By focusing on detailed and robust authentication methods tied explicitly to RTU, we can enhance the security and trustworthiness of our communications systems.
The Vesper Token – representing RTU and vetted information in a transparent and privacy-enabled framework
As the telecommunications industry continues to evolve, so must our strategies for establishing and maintaining trust. By prioritizing RTU and implementing robust authentication measures within the guidelines of a zero-trust framework, we can create a more secure digital communications environment. This approach not only protects against impersonation but also fosters confidence in our communications systems versus relying purely on opaque identifiers in the network, ultimately benefiting all users and setting a better path for telecommunications services more generally.
The Vesper token is a new proposal for a path forward to properly represent RTU and KYC related vetted information in the context of an authentication framework. It utilizes the three-party trust concept of issuer/holder/verifier and supports selective disclosure to represent the vetting of specifically disclosed information, whom performed the vetting, whom the vetting is about, and whom needs to verify the vetted party. This represents a proposed concrete path forward to encapsulate trusted information in a properly signed and secure token that can be delivered and referenced by interested parties with confidence.
Moving Forward
The evolution of telephone numbers from simple network routing identifiers to critical components of digital identity verification. Telephone numbers are now integral identities to various services, from account recovery to two-factor authentication. The STIR/SHAKEN framework is a cornerstone protocol for the authentication of communications transactions and caller IDs on a transaction basis, ensuring that telephone numbers are not spoofed, and that the communications originator is who they claim to be. But as the industry is actively discussing, trust can only be achieved with the implementation of a trusted association of the digital identity with the verification and validation of the true party (person or business entity) that is legitimately assigned and willing to take responsibility for the actions associated with that identity.

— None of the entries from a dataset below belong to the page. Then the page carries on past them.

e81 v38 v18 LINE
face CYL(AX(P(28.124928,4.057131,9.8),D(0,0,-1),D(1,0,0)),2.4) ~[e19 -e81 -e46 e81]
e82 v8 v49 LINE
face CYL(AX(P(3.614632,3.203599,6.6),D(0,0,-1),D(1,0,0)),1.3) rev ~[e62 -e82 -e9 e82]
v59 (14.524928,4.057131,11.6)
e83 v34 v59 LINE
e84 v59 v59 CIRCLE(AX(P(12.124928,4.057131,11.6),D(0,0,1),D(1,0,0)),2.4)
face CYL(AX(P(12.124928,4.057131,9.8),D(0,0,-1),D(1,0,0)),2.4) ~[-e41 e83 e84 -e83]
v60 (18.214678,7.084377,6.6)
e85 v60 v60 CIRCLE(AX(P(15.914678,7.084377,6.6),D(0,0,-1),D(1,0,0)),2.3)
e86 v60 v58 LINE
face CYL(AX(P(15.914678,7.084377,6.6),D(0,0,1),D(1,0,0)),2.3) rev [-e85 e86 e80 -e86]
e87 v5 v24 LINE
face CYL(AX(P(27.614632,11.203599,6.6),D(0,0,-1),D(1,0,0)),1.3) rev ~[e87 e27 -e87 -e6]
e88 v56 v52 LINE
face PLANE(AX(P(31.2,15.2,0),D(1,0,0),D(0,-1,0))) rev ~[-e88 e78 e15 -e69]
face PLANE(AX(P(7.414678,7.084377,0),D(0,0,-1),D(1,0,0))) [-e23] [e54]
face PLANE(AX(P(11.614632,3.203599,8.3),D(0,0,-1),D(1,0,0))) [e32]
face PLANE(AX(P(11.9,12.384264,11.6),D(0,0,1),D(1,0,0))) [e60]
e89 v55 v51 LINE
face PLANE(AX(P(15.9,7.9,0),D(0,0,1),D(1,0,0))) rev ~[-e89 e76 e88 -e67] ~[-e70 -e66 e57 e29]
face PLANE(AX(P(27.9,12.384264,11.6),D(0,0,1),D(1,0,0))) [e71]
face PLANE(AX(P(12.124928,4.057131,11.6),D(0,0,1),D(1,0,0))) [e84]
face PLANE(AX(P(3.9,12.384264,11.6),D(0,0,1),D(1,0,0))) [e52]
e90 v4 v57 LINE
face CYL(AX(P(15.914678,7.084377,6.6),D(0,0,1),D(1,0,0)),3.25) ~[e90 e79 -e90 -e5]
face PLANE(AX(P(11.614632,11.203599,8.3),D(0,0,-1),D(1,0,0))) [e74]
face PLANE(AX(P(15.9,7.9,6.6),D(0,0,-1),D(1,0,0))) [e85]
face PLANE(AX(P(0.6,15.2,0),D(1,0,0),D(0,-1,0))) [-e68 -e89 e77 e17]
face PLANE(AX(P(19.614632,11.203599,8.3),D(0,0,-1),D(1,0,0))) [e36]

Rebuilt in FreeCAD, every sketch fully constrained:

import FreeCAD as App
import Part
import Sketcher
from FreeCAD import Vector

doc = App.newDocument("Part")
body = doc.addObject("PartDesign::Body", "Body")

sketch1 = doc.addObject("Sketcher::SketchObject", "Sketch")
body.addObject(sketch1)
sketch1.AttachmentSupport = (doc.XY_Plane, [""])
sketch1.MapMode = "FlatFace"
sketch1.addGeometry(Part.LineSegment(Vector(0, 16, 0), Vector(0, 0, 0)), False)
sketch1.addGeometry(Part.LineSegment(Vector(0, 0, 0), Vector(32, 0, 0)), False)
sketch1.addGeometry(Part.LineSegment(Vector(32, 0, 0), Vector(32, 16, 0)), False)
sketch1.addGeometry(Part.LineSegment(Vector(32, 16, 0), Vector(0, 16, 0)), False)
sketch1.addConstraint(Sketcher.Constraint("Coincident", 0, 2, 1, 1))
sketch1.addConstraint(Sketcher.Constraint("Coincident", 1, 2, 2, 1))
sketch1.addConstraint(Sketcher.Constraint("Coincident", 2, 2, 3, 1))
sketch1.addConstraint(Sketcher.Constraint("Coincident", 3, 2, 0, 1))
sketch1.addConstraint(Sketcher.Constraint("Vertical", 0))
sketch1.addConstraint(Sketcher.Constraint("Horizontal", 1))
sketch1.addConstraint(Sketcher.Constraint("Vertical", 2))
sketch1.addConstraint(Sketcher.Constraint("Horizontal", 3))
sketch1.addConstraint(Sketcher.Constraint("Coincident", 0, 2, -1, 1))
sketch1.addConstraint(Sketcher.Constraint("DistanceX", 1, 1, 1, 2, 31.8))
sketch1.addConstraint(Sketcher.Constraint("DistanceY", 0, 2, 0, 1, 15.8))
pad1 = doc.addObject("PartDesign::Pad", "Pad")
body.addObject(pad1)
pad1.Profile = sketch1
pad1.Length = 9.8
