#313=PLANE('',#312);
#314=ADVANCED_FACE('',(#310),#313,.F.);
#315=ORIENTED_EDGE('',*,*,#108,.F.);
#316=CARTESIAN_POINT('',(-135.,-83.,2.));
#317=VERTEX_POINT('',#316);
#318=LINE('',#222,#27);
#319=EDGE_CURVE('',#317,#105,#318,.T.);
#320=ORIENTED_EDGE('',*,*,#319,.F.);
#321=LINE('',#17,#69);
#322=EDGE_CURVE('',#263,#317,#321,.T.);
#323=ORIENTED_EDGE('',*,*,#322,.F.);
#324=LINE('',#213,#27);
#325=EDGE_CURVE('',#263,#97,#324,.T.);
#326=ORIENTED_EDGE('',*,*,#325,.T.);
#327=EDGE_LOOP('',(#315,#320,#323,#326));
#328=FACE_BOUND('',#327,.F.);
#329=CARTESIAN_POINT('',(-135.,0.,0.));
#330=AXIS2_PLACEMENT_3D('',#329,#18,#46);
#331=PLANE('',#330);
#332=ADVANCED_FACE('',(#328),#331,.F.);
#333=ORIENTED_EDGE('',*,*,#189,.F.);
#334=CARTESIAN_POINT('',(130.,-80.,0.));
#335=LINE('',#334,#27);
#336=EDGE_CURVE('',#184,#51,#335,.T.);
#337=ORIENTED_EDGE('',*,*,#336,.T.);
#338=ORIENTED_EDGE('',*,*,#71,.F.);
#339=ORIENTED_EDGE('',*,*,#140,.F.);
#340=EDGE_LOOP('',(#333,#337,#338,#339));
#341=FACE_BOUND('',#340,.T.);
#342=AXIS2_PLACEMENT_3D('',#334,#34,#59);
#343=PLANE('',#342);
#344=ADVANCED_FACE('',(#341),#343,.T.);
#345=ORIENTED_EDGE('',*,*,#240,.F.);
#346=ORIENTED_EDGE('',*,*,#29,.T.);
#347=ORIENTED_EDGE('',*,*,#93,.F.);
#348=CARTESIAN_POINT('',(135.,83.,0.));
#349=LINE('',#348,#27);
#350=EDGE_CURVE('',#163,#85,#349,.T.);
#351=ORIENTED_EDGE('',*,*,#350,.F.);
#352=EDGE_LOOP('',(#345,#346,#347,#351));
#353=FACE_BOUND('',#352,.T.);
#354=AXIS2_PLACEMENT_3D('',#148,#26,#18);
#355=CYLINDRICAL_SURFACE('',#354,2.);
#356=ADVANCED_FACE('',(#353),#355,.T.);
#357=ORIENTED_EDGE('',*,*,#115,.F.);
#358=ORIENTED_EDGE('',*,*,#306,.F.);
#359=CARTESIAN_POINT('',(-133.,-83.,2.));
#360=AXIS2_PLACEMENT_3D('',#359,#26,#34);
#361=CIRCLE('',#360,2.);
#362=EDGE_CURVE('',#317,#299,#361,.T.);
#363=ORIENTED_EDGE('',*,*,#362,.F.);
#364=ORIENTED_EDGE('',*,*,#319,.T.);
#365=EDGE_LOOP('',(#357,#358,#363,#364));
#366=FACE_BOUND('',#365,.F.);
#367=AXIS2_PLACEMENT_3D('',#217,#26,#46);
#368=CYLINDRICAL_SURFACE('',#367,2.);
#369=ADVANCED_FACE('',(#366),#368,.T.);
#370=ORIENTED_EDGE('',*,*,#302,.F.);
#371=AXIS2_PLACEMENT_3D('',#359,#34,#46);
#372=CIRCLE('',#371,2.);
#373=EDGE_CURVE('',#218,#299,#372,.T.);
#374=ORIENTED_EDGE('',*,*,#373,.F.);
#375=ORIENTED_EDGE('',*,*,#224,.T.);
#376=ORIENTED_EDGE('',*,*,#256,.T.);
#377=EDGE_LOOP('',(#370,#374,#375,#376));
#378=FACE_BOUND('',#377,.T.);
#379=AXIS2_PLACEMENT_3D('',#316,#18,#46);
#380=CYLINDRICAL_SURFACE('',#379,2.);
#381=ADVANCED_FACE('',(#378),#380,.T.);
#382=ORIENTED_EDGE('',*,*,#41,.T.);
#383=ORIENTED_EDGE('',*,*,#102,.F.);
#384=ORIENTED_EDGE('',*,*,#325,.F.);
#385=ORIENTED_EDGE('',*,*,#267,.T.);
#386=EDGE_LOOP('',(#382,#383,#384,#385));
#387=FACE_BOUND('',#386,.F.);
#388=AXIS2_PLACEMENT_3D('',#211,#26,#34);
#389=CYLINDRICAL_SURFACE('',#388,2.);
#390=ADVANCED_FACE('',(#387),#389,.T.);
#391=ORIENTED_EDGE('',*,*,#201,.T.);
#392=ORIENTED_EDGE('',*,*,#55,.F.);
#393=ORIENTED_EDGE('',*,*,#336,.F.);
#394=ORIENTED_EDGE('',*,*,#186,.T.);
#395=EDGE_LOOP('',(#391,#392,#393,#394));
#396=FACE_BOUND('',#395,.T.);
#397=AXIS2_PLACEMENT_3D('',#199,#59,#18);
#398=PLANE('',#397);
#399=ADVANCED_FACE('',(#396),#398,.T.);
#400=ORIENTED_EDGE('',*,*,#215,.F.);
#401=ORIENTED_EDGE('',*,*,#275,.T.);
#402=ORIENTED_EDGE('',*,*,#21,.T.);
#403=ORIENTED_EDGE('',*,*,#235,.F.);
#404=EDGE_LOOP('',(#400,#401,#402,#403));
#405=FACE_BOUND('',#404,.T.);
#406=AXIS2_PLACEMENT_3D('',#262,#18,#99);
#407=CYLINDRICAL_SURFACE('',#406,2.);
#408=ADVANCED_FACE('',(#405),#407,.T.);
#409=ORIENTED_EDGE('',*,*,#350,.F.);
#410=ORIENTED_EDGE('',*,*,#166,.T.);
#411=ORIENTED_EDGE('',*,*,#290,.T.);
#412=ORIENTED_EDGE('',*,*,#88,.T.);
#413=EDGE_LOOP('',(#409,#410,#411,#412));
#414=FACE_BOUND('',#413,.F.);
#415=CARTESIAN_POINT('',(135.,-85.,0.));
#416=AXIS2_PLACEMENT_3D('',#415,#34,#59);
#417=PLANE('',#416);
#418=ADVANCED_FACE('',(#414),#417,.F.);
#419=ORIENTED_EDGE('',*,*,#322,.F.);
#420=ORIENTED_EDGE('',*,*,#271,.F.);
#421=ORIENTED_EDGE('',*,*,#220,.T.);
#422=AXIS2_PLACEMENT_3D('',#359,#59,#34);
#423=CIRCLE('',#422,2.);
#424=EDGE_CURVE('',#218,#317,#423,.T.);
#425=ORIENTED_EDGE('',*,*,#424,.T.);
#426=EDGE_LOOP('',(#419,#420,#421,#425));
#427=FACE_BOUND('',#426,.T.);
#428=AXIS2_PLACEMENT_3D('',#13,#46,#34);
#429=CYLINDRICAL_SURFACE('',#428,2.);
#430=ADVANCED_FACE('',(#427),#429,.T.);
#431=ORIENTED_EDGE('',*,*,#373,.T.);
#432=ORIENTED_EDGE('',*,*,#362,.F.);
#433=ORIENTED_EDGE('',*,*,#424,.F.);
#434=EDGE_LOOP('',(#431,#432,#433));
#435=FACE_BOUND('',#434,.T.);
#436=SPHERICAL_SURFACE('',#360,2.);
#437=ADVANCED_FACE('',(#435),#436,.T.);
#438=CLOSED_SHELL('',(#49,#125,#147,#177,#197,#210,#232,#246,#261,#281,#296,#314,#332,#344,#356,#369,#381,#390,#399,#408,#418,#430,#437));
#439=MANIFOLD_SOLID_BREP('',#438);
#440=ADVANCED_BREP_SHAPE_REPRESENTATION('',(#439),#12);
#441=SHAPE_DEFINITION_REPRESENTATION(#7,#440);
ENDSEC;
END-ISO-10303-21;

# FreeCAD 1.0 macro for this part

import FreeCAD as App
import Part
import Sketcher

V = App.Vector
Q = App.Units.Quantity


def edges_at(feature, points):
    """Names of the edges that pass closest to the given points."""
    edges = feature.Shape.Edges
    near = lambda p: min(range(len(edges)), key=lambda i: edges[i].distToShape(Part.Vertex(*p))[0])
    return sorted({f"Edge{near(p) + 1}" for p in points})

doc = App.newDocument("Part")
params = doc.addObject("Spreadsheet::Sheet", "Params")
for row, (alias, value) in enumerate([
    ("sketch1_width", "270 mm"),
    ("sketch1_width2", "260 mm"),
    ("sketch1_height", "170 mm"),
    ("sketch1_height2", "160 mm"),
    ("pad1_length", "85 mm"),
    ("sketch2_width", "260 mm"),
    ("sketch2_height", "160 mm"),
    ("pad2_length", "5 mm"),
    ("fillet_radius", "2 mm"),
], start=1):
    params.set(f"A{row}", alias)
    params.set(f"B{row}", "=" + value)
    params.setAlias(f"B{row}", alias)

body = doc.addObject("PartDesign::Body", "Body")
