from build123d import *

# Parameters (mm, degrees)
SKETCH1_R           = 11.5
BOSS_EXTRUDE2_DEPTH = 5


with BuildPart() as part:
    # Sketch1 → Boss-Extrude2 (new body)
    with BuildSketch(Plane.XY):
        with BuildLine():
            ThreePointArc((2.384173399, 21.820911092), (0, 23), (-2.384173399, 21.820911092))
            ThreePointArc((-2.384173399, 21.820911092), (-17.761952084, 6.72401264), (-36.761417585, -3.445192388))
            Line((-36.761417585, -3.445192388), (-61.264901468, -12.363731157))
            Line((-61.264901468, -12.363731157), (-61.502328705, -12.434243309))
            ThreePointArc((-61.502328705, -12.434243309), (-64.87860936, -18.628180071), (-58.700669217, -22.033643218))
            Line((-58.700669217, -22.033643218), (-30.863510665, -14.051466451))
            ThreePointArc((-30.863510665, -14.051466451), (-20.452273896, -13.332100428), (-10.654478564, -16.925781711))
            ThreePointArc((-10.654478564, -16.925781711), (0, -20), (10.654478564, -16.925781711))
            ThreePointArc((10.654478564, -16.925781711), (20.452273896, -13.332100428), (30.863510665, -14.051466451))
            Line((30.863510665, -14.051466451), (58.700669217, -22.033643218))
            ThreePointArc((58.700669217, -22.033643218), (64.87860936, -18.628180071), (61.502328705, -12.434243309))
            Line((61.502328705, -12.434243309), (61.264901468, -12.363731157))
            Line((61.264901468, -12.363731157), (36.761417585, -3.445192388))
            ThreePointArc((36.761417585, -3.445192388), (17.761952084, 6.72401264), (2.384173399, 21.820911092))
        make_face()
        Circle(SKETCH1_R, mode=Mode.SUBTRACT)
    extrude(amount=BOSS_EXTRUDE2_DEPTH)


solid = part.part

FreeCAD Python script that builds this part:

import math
import FreeCAD as App
import Part
import Sketcher

V = App.Vector
Q = App.Units.Quantity

doc = App.newDocument("Part")
body = doc.addObject("PartDesign::Body", "Body")

sketch1 = body.newObject("Sketcher::SketchObject", "Sketch")
sketch1.AttachmentSupport = (doc.getObject("XY_Plane"), [""])
sketch1.MapMode = "FlatFace"
sketch1.addGeometry(Part.ArcOfCircle(Part.Circle(V(0, 20, 0), V(0, 0, 1), 3), math.radians(37), math.radians(143)), False)
sketch1.addGeometry(Part.ArcOfCircle(Part.Circle(V(-62.73, 67.91, 0), V(0, 0, 1), 75.94), math.radians(-70), math.radians(-37)), False)
sketch1.addGeometry(Part.LineSegment(V(-36.76, -3.45, 0), V(-61.26, -12.36, 0)), False)
sketch1.addGeometry(Part.LineSegment(V(-61.26, -12.36, 0), V(-61.5, -12.43, 0)), False)
sketch1.addGeometry(Part.ArcOfCircle(Part.Circle(V(-60.08, -17.23, 0), V(0, 0, 1), 5), math.radians(107), math.radians(286)), False)
sketch1.addGeometry(Part.LineSegment(V(-58.7, -22.03, 0), V(-30.86, -14.05, 0)), False)
sketch1.addGeometry(Part.ArcOfCircle(Part.Circle(V(-23.97, -38.08, 0), V(0, 0, 1), 25), math.radians(58), math.radians(106)), False)
sketch1.addGeometry(Part.ArcOfCircle(Part.Circle(V(0, 0, 0), V(0, 0, 1), 20), math.radians(-122), math.radians(-58)), False)
sketch1.addGeometry(Part.ArcOfCircle(Part.Circle(V(23.97, -38.08, 0), V(0, 0, 1), 25), math.radians(74), math.radians(122)), False)
sketch1.addGeometry(Part.LineSegment(V(30.86, -14.05, 0), V(58.7, -22.03, 0)), False)
sketch1.addGeometry(Part.ArcOfCircle(Part.Circle(V(60.08, -17.23, 0), V(0, 0, 1), 5), math.radians(-106), math.radians(73)), False)
sketch1.addGeometry(Part.LineSegment(V(61.5, -12.43, 0), V(61.26, -12.36, 0)), False)
sketch1.addGeometry(Part.LineSegment(V(61.26, -12.36, 0), V(36.76, -3.45, 0)), False)
sketch1.addGeometry(Part.ArcOfCircle(Part.Circle(V(62.73, 67.91, 0), V(0, 0, 1), 75.94), math.radians(-143), math.radians(-110)), False)
sketch1.addGeometry(Part.Circle(V(0, 0, 0), V(0, 0, 1), 11.5), False)
sketch1.addConstraint(Sketcher.Constraint("Tangent", 0, 2, 1, 2))
sketch1.addConstraint(Sketcher.Constraint("Tangent", 1, 1, 2, 1))
sketch1.addConstraint(Sketcher.Constraint("Coincident", 2, 2, 3, 1))
sketch1.addConstraint(Sketcher.Constraint("Tangent", 3, 2, 4, 1))
sketch1.addConstraint(Sketcher.Constraint("Tangent", 4, 2, 5, 1))
sketch1.addConstraint(Sketcher.Constraint("Tangent", 5, 2, 6, 2))
sketch1.addConstraint(Sketcher.Constraint("Tangent", 6, 1, 7, 1))
sketch1.addConstraint(Sketcher.Constraint("Tangent", 7, 2, 8, 2))
sketch1.addConstraint(Sketcher.Constraint("Tangent", 8, 1, 9, 1))
sketch1.addConstraint(Sketcher.Constraint("Tangent", 9, 2, 10, 1))
sketch1.addConstraint(Sketcher.Constraint("Tangent", 10, 2, 11, 1))
sketch1.addConstraint(Sketcher.Constraint("Coincident", 11, 2, 12, 1))
sketch1.addConstraint(Sketcher.Constraint("Tangent", 12, 2, 13, 2))
sketch1.addConstraint(Sketcher.Constraint("Tangent", 13, 1, 0, 1))
sketch1.addConstraint(Sketcher.Constraint("Coincident", 7, 3, -1, 1))
sketch1.addConstraint(Sketcher.Constraint("Coincident", 14, 3, -1, 1))
sketch1.addConstraint(Sketcher.Constraint("Equal", 6, 8))
sketch1.addConstraint(Sketcher.Constraint("Equal", 4, 10))
sketch1.addConstraint(Sketcher.Constraint("Equal", 1, 13))
sketch1.addConstraint(Sketcher.Constraint("Symmetric", 4, 3, 10, 3, -2))
sketch1.addConstraint(Sketcher.Constraint("Symmetric", 1, 3, 13, 3, -2))
sketch1.addConstraint(Sketcher.Constraint("Symmetric", 2, 2, 11, 2, -2))
sketch1.addConstraint(Sketcher.Constraint("Horizontal", 6, 3, 8, 3))
sketch1.addConstraint(Sketcher.Constraint("Diameter", 14, 23.0))
sketch1.addConstraint(Sketcher.Constraint("Radius", 0, 3.0))
sketch1.addConstraint(Sketcher.Constraint("Radius", 4, 5.0))
sketch1.addConstraint(Sketcher.Constraint("Radius", 6, 25.0))
sketch1.addConstraint(Sketcher.Constraint("Radius", 7, 20.0))
sketch1.addConstraint(Sketcher.Constraint("Angle", 2, Q("-160 deg")))
sketch1.addConstraint(Sketcher.Constraint("Angle", 5, Q("16 deg")))
sketch1.addConstraint(Sketcher.Constraint("DistanceY", -1, 1, 0, 3, 20.0))
sketch1.addConstraint(Sketcher.Constraint("Radius", 1, 75.937521))
sketch1.addConstraint(Sketcher.Constraint("DistanceX", 2, 2, -1, 1, 61.264901))
sketch1.addConstraint(Sketcher.Constraint("DistanceY", 4, 2, 3, 2, 9.5994))
sketch1.addConstraint(Sketcher.Constraint("DistanceX", 6, 3, 6, 1, 13.318098))
sketch1.addConstraint(Sketcher.Constraint("Distance", 5, 28.95898))
pad1 = body.newObject("PartDesign::Pad", "Pad")
pad1.Profile = sketch1
pad1.Length = 5

doc.recompute()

The Vesper token can represent both the RTU association with a telephone identity and vetting of that entity and their associated information. Thus, both concepts can come together to form a solid Trust Framework in the context of use of the telephone number as a true trusted identity where RTU and conformance to a set of vetting policies can be truly represented to the recipient with explicit trust.
The telephone number is in essence the telecom industry’s most valuable asset, a globally unique identifier. Identity in the digital world is so important and crucial for communicating with each other but also for interacting with businesses and applications more generally. Wrapping the telephone number with explicit trust and an identity trust framework is at the cornerstone of what the telecommunications industry was founded. Telephone numbers as a national and global resource deserve a framework that is associated with trust and an explicit RTU association. A verifiable, transparent, but privacy-enabled trust framework is crucial for a path forward toward a trusted telephone identity to maintain its relevance as a timeless human achievement to uniquely identify ourselves on both the telephone network and beyond.